Dampak dari keberadaan kecoa dan tikus pada kapal yaitu tinggi potensi untuk terjadinya penyakit tular vektor seperti diare, salmonella, dan leptospirosis. Pada sebuah penelitian di Pelabuhan Bau-Bau, Sebanyak 95% dari 42 kecoa yang di-sampling pada baik pada kapal penumpang atau barang yang sandar di Pelabuhan tersebut dinyatakan positif bakteri Salmonella sp. Untuk tikus, selain kemampuan merusak melalui gigitannya, urin dan pinjal yang berasal dan terbawa tikus dapat menyebabkan Leptospirosis dan Pes. Setiap bahan atau makanan yang sudah terkontaminasi oleh kecoa ataupun tikus lebih baik tidak dikonsumsi untuk mencegah kesakitan saat dikapal.

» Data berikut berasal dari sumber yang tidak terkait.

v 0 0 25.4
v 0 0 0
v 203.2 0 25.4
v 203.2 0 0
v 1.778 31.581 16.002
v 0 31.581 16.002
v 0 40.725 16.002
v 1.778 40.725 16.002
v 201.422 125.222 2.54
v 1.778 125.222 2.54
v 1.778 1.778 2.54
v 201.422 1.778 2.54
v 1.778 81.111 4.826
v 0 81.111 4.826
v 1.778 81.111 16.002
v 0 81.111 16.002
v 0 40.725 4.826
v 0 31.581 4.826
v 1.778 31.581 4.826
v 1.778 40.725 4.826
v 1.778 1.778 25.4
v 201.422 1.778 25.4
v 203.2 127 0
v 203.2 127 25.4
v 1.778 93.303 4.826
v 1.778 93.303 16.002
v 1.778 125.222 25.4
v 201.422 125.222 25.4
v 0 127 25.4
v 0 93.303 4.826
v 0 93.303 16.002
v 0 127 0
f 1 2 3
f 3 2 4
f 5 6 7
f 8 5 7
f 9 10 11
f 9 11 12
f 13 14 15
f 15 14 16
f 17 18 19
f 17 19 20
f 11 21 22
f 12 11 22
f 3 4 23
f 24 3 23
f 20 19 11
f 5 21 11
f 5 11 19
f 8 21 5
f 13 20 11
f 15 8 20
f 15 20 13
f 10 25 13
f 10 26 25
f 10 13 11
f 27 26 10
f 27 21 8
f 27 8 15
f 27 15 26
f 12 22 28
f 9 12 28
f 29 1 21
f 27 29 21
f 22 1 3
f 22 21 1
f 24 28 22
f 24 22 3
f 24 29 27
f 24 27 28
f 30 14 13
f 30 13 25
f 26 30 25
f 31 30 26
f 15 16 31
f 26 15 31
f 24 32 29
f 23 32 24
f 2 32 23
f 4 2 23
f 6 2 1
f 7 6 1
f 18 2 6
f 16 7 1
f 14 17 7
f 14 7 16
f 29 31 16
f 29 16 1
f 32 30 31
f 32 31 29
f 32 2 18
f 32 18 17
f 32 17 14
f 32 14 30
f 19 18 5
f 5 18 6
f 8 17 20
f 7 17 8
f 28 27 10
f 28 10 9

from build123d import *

# Parameters (mm, degrees)
SKETCH1_W           = 203.2
SKETCH1_H           = 127
BOSS_EXTRUDE1_DEPTH = 25.4
SKETCH2_W           = 199.644
SKETCH2_H           = 123.444
CUT_EXTRUDE1_DEPTH  = 22.86
SKETCH4_W           = 11.176
SKETCH4_H           = 12.192
SKETCH4_H_2         = 9.144
CUT_EXTRUDE2_DEPTH  = 1.778


with BuildPart() as part:
    # Sketch1 → Boss-Extrude1 (new body)
    with BuildSketch(Plane.XY):
        with Locations((101.6, 63.5)):
            Rectangle(SKETCH1_W, SKETCH1_H)
    extrude(amount=BOSS_EXTRUDE1_DEPTH)

    # Sketch2 → Cut-Extrude1 (cut)
    with BuildSketch(Plane.XY.offset(25.4)):
        with Locations((101.6, 63.5)):
            Rectangle(SKETCH2_W, SKETCH2_H)
    extrude(amount=-CUT_EXTRUDE1_DEPTH, mode=Mode.SUBTRACT)

    # Sketch4 → Cut-Extrude2 (cut)
    with BuildSketch(Plane.ZY):
        with Locations((10.414, 87.206902012)):
            Rectangle(SKETCH4_W, SKETCH4_H)
        with Locations((10.414, 36.152902012)):
            Rectangle(SKETCH4_W, SKETCH4_H_2)
    extrude(amount=-CUT_EXTRUDE2_DEPTH, mode=Mode.SUBTRACT)


solid = part.part
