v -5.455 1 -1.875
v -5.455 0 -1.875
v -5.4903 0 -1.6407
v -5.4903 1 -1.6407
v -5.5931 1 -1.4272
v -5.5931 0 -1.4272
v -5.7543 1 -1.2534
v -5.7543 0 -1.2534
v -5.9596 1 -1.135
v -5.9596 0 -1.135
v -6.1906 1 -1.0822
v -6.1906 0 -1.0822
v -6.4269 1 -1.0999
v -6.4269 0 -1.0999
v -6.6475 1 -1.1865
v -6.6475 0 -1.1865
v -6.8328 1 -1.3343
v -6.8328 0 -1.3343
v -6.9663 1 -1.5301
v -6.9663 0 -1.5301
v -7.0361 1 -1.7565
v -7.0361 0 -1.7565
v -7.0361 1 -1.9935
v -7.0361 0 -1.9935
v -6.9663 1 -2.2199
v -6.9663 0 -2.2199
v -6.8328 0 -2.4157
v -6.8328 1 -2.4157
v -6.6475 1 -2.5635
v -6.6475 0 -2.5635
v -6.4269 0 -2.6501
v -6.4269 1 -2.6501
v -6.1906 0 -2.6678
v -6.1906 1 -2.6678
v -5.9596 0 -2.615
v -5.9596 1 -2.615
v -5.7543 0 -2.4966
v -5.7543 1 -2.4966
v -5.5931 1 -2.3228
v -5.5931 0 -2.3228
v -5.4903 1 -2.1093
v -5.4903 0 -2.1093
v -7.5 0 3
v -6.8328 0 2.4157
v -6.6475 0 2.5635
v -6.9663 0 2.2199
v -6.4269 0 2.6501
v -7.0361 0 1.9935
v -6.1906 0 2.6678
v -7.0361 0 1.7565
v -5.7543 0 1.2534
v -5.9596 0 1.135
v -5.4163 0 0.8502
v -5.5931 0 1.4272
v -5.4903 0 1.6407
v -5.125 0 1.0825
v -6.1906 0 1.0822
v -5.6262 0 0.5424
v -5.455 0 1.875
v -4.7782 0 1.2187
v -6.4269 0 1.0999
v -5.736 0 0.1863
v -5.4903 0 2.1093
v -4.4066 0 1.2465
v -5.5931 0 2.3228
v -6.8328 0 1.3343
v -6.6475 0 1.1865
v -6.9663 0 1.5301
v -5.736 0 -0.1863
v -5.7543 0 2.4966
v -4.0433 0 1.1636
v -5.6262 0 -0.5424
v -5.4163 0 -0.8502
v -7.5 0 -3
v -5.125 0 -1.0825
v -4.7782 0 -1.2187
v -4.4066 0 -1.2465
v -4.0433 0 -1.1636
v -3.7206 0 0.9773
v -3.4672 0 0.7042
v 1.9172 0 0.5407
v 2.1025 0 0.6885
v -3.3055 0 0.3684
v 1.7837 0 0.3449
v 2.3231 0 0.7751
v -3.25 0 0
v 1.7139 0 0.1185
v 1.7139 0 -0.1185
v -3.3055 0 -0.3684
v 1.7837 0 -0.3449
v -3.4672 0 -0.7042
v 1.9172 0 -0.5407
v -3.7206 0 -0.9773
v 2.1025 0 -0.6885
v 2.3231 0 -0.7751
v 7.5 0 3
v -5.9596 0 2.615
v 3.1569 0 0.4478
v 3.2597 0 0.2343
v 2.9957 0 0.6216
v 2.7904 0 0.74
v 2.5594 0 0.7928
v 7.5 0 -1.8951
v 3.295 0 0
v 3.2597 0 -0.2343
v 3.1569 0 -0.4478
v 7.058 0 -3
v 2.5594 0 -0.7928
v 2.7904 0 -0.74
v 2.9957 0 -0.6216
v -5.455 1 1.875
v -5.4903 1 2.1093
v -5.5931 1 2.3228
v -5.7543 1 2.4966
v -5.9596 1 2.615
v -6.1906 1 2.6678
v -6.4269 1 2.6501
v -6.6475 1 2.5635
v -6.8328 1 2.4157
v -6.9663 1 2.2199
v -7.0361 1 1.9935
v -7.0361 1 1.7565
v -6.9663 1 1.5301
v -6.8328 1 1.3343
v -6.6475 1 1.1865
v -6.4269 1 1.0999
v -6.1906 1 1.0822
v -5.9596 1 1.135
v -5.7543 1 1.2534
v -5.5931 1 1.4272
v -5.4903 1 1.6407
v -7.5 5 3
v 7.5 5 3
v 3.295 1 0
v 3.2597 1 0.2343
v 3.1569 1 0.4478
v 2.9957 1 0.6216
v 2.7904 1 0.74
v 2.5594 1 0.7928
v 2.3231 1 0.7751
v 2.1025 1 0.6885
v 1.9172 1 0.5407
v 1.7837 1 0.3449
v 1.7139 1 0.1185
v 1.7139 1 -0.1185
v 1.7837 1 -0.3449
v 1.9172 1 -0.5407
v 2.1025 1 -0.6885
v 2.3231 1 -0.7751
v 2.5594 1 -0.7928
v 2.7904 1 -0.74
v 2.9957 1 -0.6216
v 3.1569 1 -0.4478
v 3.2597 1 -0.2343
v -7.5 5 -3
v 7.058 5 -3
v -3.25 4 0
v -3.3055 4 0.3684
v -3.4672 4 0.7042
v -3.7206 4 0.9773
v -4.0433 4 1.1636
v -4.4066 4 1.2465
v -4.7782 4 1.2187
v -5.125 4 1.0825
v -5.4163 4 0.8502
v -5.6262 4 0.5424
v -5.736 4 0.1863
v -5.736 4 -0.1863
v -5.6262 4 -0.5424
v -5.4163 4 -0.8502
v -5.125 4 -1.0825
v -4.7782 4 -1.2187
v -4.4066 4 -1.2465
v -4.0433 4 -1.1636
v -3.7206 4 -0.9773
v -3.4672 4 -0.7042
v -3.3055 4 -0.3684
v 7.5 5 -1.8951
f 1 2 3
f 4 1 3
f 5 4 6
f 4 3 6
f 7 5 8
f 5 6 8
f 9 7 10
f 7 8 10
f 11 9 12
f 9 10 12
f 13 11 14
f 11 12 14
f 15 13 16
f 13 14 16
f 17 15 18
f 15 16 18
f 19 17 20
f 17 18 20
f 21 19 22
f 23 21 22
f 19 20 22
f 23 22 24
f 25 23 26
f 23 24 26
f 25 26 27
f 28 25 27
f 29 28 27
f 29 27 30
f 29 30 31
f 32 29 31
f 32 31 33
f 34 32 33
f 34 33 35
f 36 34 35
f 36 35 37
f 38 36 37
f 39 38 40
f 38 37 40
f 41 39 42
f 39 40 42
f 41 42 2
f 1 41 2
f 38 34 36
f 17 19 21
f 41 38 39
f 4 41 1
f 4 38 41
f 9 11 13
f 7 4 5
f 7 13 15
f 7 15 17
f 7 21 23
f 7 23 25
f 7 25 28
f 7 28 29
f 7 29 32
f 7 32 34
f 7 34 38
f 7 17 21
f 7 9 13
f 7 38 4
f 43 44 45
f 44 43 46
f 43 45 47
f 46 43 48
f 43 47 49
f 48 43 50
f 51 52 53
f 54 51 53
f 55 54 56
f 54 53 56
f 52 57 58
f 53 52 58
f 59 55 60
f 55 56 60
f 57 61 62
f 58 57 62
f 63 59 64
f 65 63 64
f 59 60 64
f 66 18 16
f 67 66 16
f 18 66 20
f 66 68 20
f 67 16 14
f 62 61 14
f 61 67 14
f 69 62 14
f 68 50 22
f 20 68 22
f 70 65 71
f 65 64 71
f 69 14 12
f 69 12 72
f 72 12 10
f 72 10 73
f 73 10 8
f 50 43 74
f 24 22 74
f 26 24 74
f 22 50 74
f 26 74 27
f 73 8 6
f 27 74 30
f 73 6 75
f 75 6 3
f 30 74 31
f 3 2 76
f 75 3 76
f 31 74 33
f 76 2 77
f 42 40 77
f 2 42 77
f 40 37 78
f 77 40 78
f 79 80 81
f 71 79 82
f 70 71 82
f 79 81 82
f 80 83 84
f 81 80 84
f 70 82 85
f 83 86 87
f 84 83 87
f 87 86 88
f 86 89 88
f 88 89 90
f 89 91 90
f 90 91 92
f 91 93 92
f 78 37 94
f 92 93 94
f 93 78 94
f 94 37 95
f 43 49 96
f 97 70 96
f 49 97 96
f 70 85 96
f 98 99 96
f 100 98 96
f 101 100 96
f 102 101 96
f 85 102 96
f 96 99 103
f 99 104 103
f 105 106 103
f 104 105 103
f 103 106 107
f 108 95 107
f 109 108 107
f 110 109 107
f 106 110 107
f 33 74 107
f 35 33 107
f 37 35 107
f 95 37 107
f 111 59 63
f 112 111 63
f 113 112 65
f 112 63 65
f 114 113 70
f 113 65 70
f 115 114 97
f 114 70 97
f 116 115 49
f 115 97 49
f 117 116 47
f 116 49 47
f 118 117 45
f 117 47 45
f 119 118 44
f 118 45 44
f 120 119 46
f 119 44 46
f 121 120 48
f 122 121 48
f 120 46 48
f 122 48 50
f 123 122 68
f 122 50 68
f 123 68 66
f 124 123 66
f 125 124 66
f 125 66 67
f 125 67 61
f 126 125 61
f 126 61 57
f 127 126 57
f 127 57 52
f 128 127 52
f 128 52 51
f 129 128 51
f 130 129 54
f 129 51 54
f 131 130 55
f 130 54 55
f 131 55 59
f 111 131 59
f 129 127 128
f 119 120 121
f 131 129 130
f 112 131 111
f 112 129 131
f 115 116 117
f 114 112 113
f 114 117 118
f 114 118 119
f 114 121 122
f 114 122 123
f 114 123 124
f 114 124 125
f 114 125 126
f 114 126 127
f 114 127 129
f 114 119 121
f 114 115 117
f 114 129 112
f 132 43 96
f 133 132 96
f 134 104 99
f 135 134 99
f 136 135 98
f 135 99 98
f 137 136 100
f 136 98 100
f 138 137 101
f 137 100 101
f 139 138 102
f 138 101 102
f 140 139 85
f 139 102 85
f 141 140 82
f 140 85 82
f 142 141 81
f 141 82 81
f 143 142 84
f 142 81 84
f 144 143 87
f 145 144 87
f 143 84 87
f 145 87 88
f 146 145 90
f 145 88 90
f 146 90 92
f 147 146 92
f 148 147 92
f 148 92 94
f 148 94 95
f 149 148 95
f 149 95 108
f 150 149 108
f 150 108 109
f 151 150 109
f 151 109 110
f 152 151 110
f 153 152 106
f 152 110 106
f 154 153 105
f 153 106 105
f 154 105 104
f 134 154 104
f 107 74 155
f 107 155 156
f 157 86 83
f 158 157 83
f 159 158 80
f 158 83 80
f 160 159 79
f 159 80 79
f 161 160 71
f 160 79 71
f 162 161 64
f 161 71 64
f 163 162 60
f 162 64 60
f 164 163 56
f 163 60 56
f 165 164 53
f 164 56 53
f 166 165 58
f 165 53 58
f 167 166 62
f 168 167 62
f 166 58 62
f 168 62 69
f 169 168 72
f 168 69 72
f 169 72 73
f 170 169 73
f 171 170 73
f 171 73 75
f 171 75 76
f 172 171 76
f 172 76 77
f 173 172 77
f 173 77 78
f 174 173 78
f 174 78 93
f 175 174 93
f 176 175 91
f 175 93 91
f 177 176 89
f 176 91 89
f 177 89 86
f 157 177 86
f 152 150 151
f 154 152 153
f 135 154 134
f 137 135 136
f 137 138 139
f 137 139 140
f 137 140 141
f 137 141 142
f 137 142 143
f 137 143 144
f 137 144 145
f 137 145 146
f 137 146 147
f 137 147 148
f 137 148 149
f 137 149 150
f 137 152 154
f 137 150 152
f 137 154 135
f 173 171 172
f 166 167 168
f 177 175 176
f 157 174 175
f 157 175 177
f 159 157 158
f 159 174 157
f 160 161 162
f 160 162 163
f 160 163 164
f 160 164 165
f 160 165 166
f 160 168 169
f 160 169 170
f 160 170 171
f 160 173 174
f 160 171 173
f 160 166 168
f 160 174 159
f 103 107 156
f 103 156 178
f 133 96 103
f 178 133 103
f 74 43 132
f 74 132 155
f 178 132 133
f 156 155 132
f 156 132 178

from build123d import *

# Parameters (mm, degrees)
SKETCH1_W              = 15
SKETCH1_H              = 6
MAIN_BODY_DEPTH        = 5
SKETCH3_R              = 1.25
GRIN_HOLE_DEPTH        = 4
SKETCH2_R              = 0.795
MAGNET_HOLES_DEPTH     = 1
SET_SCREW_INDENT_DEPTH = 6


with BuildPart() as part:
    # Sketch1 → Main Body (new body)
    with BuildSketch(Plane(origin=(0, 0, 0), x_dir=(1, 0, 0), z_dir=(0, 1, 0))):
        Rectangle(SKETCH1_W, SKETCH1_H)
    extrude(amount=MAIN_BODY_DEPTH)

    # Sketch3 → GRIN Hole (cut)
    with BuildSketch(Plane.XZ):
        with Locations((-4.5, 0)):
            Circle(SKETCH3_R)
    extrude(amount=-GRIN_HOLE_DEPTH, mode=Mode.SUBTRACT)

    # Sketch2 → Magnet Holes (cut)
    with BuildSketch(Plane.XZ):
        with Locations((-6.25, -1.875)):
            Circle(SKETCH2_R)
        with Locations((-6.25, 1.875)):
            Circle(SKETCH2_R)
        with Locations((2.5, 0)):
            Circle(SKETCH2_R)
    extrude(amount=-MAGNET_HOLES_DEPTH, mode=Mode.SUBTRACT)

    # Sketch4 → Set Screw Indent (cut, through all)
    with BuildSketch(Plane.XZ):
        Polygon((7.058045095, -3), (7.5, -1.895112738), (7.5, -3), align=None)
    extrude(amount=-SET_SCREW_INDENT_DEPTH, mode=Mode.SUBTRACT)


solid = part.part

Keberadaan Kecoa dan Tikus dapat dikendalikan dengan mudah sepanjang pengawasan terhadap jalur masuknya selalu diawasi dengan ketat, mulai dari memeriksa setiap bahan makanan yang akan masuk kedalam kapal atau pun dengan memasang perangkap. Pada buku terbitan WHO berjudul “Handbook for Inspection of Ships and Issuance of  Ship Sanitation Certificates” terdapat saran untuk pengawasan dan pengendalian seperti:


Sebuah Konsultan Maritim membuat panduan Manajemen Vektor Terintegrasi (Integrated Vector Management), yang sejalan dengan saran WHO diatas, inspeksi pasca penerimaan atau belanja barang sangat diperlukan untuk mecegah masuknya vektor dan binatang pembawa penyakit. Penggunaan perangkap kecoa, gel kecoa, aerosol ataupun residual spray juga sangat disarankan untuk mengendalikan kecoa yang telurnya menetas tiap 20 s.d 40 hari dan menghasilkan 30 s.d 40 ekor anak kecoa. Perangkap tikus, umpan tikus, dan lem tikus juga disarankan untuk mengendalikan keberadaan tikus dalam kapal yang tentunya harus disertai dengan upaya-upaya untuk mencegah tikus naik ke kapal atau masuk keruang kapal bahkan kedalam plafond kapal. Selain itu, melakukan rotasi penggunaan insektisida ataupun rodentisida dapat mencegah terjadinya resistensi pada serangga atau binatang pembawa penyakit yang ada pada kapal.